Awesome!!When I go down in Nov I'll have to come get some good food from ya!:thumbsup:


----------



## Joewilly (Mar 6, 2011)

Good luck jeep...any SOS on the menu?


----------



## ames (Jun 6, 2010)

congrats! What a great accomplishment! Good for you! Do GPB members get a discount?? lol


----------



## American_Pit13 (Apr 23, 2007)

Very nice!


----------



## aus_staffy (Nov 10, 2009)

Awesome, HJ. Small business is scary but rewarding, mate. Glad to hear it's been going well!


----------



## OldFortKennels (Mar 10, 2006)

Im going to be in Pensacola next month, I will have to stop by!!!


----------



## MamaTank (Jun 12, 2011)

Congrats!! If I ever get down that way, I'll have to come by!


----------



## HeavyJeep (May 7, 2011)

Bruce TGPs said:


> Think you could get one of the Blue Angels to drop a philly cheesesteak off here in La. ( EXTRA PEPPERS PLEASE) :clap::clap:


 right!  probly not but you never know,, when a west pack comes up 



zohawn said:


> ive been to that base before, when did you get to nas pen? you seem familiar


 I have been in the area since 93, stationed here in 97/98



dixieland said:


> Awesome!!When I go down in Nov I'll have to come get some good food from ya!:thumbsup:


 I will most definately feed ya!  Youll get to meet the family too  Ive got alot of fam in the Greensboro area up there.. and just recently took a trip to the Lynville Gorge  I love west NC 



Joewilly said:


> Good luck jeep...any SOS on the menu?


 Im sorry...SOS?? you mean super hot??



ames said:


> congrats! What a great accomplishment! Good for you! Do GPB members get a discount?? lol


 Discount nada.. any member that comes and mentions GPB gets a meal on the house!



aus_staffy said:


> Awesome, HJ. Small business is scary but rewarding, mate. Glad to hear it's been going well!
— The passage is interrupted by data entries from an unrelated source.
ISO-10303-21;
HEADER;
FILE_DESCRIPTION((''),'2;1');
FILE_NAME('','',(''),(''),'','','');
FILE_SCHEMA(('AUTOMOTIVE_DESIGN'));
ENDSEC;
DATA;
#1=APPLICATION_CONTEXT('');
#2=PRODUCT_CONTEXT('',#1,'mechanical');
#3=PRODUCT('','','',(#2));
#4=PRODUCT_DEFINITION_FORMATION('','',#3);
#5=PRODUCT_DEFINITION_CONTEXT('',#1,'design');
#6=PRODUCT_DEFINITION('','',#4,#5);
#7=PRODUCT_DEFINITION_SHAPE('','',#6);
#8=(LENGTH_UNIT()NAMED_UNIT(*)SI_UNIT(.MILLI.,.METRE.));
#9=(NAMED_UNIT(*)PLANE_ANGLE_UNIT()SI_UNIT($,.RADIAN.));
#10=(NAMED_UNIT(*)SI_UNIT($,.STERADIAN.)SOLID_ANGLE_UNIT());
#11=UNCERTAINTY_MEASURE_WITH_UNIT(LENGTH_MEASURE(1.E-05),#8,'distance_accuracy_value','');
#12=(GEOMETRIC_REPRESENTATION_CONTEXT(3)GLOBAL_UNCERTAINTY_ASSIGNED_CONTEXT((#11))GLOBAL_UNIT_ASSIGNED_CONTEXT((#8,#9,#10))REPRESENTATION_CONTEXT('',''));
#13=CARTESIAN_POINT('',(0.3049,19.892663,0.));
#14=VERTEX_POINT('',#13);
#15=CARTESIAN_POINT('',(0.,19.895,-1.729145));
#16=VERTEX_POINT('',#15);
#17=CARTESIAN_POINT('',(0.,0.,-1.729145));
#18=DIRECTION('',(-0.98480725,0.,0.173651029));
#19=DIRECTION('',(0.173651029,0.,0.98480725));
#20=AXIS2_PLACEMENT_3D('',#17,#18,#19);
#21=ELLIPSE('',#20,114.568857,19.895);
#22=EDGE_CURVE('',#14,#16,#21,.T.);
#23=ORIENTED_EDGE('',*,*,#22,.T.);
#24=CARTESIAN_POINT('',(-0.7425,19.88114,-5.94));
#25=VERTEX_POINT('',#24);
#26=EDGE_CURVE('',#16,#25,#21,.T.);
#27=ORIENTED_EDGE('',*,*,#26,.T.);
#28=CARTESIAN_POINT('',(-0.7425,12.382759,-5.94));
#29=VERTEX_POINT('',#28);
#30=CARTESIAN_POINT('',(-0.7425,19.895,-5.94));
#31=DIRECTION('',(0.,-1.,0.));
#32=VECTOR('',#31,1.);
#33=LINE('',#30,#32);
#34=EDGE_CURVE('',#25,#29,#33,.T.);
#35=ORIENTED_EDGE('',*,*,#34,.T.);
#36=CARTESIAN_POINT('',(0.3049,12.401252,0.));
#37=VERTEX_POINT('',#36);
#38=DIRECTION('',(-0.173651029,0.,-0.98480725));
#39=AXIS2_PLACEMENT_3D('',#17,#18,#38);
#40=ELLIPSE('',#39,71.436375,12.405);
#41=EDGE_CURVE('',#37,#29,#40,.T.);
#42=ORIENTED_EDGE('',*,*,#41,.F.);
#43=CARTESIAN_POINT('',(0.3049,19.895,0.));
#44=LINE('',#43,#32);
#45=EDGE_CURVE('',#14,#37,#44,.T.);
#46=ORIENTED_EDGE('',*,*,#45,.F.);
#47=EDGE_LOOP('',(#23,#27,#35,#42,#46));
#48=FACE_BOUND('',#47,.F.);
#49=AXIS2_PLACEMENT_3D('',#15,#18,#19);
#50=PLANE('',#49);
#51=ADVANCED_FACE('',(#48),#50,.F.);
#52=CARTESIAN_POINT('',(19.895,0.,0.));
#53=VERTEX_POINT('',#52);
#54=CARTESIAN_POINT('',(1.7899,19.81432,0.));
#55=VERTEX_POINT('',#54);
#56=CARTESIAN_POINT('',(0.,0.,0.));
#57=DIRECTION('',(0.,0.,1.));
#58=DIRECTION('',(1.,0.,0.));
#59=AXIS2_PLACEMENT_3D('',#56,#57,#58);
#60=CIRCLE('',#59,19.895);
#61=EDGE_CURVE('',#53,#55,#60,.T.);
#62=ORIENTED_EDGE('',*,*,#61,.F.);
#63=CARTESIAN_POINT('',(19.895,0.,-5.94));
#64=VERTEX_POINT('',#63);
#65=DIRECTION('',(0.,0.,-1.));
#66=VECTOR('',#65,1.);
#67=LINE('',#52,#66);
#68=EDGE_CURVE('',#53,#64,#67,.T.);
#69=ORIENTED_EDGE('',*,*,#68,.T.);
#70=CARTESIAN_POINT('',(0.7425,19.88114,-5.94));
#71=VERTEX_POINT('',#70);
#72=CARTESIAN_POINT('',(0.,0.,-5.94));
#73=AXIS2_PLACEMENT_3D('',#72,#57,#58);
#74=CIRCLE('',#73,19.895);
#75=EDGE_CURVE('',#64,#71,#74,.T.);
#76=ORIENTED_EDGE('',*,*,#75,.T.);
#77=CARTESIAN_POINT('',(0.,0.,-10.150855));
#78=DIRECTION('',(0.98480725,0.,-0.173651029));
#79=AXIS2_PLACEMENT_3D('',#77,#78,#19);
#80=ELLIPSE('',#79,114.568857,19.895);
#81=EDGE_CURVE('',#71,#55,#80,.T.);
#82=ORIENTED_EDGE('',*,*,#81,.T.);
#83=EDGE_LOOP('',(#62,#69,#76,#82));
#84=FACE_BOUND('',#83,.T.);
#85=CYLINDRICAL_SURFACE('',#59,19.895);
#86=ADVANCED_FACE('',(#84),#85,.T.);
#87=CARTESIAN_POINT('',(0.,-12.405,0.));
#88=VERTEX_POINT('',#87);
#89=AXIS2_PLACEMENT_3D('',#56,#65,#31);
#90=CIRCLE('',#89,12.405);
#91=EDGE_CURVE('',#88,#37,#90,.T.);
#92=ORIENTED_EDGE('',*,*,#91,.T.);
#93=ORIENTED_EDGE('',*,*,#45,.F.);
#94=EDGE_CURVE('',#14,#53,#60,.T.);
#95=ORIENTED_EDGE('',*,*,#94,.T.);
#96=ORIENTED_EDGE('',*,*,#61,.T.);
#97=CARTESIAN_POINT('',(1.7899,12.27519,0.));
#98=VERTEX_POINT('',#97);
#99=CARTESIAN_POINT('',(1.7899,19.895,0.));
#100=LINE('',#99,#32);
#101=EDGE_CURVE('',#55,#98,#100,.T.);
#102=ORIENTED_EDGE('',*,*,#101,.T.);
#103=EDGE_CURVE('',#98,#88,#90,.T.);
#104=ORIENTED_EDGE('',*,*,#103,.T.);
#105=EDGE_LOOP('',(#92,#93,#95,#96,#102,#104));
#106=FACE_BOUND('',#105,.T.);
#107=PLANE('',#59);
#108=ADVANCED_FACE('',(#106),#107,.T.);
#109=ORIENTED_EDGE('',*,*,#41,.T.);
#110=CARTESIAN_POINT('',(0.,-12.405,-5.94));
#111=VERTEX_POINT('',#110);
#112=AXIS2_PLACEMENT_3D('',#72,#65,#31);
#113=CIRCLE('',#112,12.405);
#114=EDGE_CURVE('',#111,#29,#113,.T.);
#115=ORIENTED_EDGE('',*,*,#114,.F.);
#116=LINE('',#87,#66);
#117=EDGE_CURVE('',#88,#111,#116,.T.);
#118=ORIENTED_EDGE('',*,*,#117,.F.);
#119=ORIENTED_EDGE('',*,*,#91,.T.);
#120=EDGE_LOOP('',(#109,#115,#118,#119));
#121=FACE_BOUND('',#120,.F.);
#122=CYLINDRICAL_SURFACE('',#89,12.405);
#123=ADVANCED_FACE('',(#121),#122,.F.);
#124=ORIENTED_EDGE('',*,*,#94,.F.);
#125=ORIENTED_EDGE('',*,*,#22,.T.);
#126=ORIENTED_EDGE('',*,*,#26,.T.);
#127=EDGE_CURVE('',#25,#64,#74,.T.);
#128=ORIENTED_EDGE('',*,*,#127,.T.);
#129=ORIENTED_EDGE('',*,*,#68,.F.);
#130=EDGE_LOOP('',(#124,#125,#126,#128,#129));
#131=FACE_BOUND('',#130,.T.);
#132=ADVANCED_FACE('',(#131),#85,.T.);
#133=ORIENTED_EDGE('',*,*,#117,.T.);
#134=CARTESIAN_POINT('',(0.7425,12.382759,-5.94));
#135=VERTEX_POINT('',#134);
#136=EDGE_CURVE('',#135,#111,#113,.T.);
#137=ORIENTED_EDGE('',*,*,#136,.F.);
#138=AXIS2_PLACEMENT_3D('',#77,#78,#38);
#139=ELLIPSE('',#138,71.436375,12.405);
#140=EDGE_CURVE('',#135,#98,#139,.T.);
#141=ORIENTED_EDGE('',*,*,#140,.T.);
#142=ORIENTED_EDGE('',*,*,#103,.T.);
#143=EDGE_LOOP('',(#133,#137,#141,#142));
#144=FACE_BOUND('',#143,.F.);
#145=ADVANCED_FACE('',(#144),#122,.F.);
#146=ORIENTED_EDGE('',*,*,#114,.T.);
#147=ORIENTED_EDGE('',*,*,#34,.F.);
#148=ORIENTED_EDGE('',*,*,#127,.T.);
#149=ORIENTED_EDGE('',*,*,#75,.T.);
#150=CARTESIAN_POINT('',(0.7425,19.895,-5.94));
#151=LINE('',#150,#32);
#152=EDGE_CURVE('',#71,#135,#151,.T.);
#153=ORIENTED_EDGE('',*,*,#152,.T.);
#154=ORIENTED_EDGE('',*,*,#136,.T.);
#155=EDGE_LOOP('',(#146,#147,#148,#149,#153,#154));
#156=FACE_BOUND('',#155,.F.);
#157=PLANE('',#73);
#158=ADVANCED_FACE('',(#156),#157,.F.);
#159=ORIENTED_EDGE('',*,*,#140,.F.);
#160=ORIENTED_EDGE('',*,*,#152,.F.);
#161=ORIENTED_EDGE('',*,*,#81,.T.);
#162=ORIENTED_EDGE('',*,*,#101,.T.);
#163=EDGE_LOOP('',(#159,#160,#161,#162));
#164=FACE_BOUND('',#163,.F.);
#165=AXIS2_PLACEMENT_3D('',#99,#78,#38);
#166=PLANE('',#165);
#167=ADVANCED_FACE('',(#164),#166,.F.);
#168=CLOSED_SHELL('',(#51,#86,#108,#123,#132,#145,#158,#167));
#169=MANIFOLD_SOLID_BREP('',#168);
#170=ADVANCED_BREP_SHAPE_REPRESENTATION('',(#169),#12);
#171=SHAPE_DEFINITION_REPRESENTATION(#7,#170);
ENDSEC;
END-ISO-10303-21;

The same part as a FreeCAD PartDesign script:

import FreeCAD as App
import Part
import Sketcher
from FreeCAD import Vector
Q = App.Units.Quantity


def add_polygon(sketch, points):
    """Adds a closed chain of lines whose ends are joined by coincident constraints."""
    first, n = sketch.GeometryCount, len(points)
    for a, b in zip(points, points[1:] + points[:1]):
        sketch.addGeometry(Part.LineSegment(App.Vector(*a, 0), App.Vector(*b, 0)), False)
    for i in range(n):
        sketch.addConstraint(Sketcher.Constraint("Coincident", first + i, 2, first + (i + 1) % n, 1))

doc = App.newDocument("Part")
body = doc.addObject("PartDesign::Body", "Body")

# Sketch on XY plane
sketch1 = doc.addObject("Sketcher::SketchObject", "Sketch")
body.addObject(sketch1)
sketch1.AttachmentSupport = (doc.XY_Plane, [""])
sketch1.MapMode = "FlatFace"
sketch1.addGeometry(Part.Circle(Vector(0, 0, 0), Vector(0, 0, 1), 20), False)
sketch1.addConstraint([
    Sketcher.Constraint("Coincident", 0, 3, -1, 1),
    Sketcher.Constraint("Diameter", 0, Q("39.79 mm")),
])
pad1 = doc.addObject("PartDesign::Pad", "Pad")
body.addObject(pad1)
pad1.Profile = sketch1
pad1.Length = 5.94
pad1.Reversed = True

# Sketch on XY plane
sketch2 = doc.addObject("Sketcher::SketchObject", "Sketch001")
body.addObject(sketch2)
sketch2.AttachmentSupport = (doc.XY_Plane, [""])
sketch2.MapMode = "FlatFace"
sketch2.addGeometry(Part.Circle(Vector(0, 0, 0), Vector(0, 0, 1), 12), False)
sketch2.addConstraint([
    Sketcher.Constraint("Coincident", 0, 3, -1, 1),
    Sketcher.Constraint("Diameter", 0, Q("24.81 mm")),
])
doc.recompute()
hole = doc.addObject("PartDesign::Hole", "Hole")
body.addObject(hole)
hole.Profile = sketch2
hole.ThreadType = "None"
hole.Diameter = 24.81
hole.DepthType = "ThroughAll"

# Sketch on XZ plane
sketch3 = doc.addObject("Sketcher::SketchObject", "Sketch002")
body.addObject(sketch3)
sketch3.AttachmentSupport = (doc.XZ_Plane, [""])
sketch3.MapMode = "FlatFace"
sketch3.AttachmentOffset = App.Placement(Vector(0, 0, -19.895), App.Rotation())
add_polygon(sketch3, [(0.3, 0), (1.8, 0), (0.7, -5.9), (-0.7, -5.9)])  # lines 0-3
sketch3.addConstraint([
    Sketcher.Constraint("Horizontal", 0),
    Sketcher.Constraint("Horizontal", 2),
    Sketcher.Constraint("PointOnObject", 0, 2, -1),
    Sketcher.Constraint("Parallel", 1, 3),
    Sketcher.Constraint("Angle", 3, Q("79.9998 deg")),
    Sketcher.Constraint("DistanceX", -1, 1, 1, 2, Q("0.7425 mm")),
    Sketcher.Constraint("DistanceX", 2, 2, -1, 1, Q("0.7425 mm")),
    Sketcher.Constraint("DistanceX", -1, 1, 0, 2, Q("1.79 mm")),
])
pocket1 = doc.addObject("PartDesign::Pocket", "Pocket")
body.addObject(pocket1)
pocket1.Profile = sketch3
pocket1.Length = 19.895
pocket1.Reversed = True

doc.recompute()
 Thank you so much.. It is quite a leap but its going great!! I couldnt be happier...... then I think about October 2  puppies!!! ...happier!!!



OldFortKennels said:


> Im going to be in Pensacola next month, I will have to stop by!!!
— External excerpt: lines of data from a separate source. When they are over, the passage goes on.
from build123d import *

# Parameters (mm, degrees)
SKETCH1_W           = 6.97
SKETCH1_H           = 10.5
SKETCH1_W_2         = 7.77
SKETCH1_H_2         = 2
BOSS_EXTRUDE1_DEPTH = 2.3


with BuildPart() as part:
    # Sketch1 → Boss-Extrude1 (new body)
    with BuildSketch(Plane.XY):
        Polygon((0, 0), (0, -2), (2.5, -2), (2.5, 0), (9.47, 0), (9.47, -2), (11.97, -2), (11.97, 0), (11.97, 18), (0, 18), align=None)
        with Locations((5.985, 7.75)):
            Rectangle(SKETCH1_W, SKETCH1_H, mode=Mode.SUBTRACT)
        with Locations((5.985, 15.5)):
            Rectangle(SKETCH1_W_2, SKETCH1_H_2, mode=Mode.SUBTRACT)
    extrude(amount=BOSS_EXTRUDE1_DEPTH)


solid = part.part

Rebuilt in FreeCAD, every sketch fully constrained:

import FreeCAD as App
import Part
import Sketcher

V = App.Vector


def add_polygon(sketch, points):
    """Adds a closed chain of lines whose ends are joined by coincident constraints."""
    first, n = sketch.GeometryCount, len(points)
    for a, b in zip(points, points[1:] + points[:1]):
        sketch.addGeometry(Part.LineSegment(App.Vector(*a, 0), App.Vector(*b, 0)), False)
    for i in range(n):
        sketch.addConstraint(Sketcher.Constraint("Coincident", first + i, 2, first + (i + 1) % n, 1))

doc = App.newDocument("Part")
body = doc.addObject("PartDesign::Body", "Body")

sketch1 = body.newObject("Sketcher::SketchObject", "Sketch")
sketch1.AttachmentSupport = (doc.getObject("XY_Plane"), [""])
sketch1.MapMode = "FlatFace"
add_polygon(sketch1, [(0, -2), (2.5, -2), (2.5, 0), (9.5, 0), (9.5, -2), (12, -2), (12, 18), (0, 18)])
add_polygon(sketch1, [(9.5, 2.5), (2.5, 2.5), (2.5, 13), (9.5, 13)])
add_polygon(sketch1, [(9.9, 14.5), (2.1, 14.5), (2.1, 16.5), (9.9, 16.5)])
sketch1.addConstraint([
    Sketcher.Constraint("Horizontal", 0),
    Sketcher.Constraint("Vertical", 1),
    Sketcher.Constraint("Horizontal", 2),
    Sketcher.Constraint("Vertical", 3),
    Sketcher.Constraint("Horizontal", 4),
    Sketcher.Constraint("Vertical", 5),
    Sketcher.Constraint("Horizontal", 6),
    Sketcher.Constraint("Vertical", 7),
    Sketcher.Constraint("Horizontal", 8),
    Sketcher.Constraint("Vertical", 9),
    Sketcher.Constraint("Horizontal", 10),
    Sketcher.Constraint("Vertical", 11),
    Sketcher.Constraint("Horizontal", 12),
    Sketcher.Constraint("Vertical", 13),
    Sketcher.Constraint("Horizontal", 14),
    Sketcher.Constraint("Vertical", 15),
    Sketcher.Constraint("PointOnObject", 1, 2, -1),
    Sketcher.Constraint("PointOnObject", 6, 2, -2),
    Sketcher.Constraint("Horizontal", 0, 2, 3, 2),
    Sketcher.Constraint("Vertical", 1, 2, 8, 2),
    Sketcher.Constraint("Vertical", 3, 2, 10, 2),
    Sketcher.Constraint("Equal", 0, 4),
    Sketcher.Constraint("Equal", 3, 13),
    Sketcher.Constraint("DistanceY", 1, 1, 1, 2, 2.0),
    Sketcher.Constraint("DistanceY", 5, 1, 5, 2, 20.0),
    Sketcher.Constraint("DistanceX", 0, 1, 0, 2, 2.5),
    Sketcher.Constraint("DistanceY", 9, 1, 9, 2, 10.5),
    Sketcher.Constraint("DistanceY", -1, 1, 9, 2, 13.0),
    Sketcher.Constraint("DistanceY", 8, 2, 12, 2, 12.0),
    Sketcher.Constraint("DistanceX", 2, 1, 2, 2, 6.97),
    Sketcher.Constraint("DistanceX", 12, 2, 12, 1, 7.77),
    Sketcher.Constraint("DistanceX", -1, 1, 12, 2, 2.1),
])
pad1 = body.newObject("PartDesign::Pad", "Pad")
pad1.Profile = sketch1
pad1.Length = 2.3

doc.recompute()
 dudebro! please come on by! Would be great to talk! Feed ya on me!



MamaTank said:


> Congrats!! If I ever get down that way, I'll have to come by!


 Please do


----------



## KMdogs (Apr 22, 2011)

Looks like a fun place to eat! Its usually those smaller places that most may "miss" while driving that are the absolute best. Do you have any future plans as far as growth goes or are you pretty happy with where you are right now?

I love hole in the wall eateries and pubs, though not implying that about what your doing just saying..  Looks good though, looks like it would be would a great place for families, businessmen/women or anyone in between! Wish you lots of luck!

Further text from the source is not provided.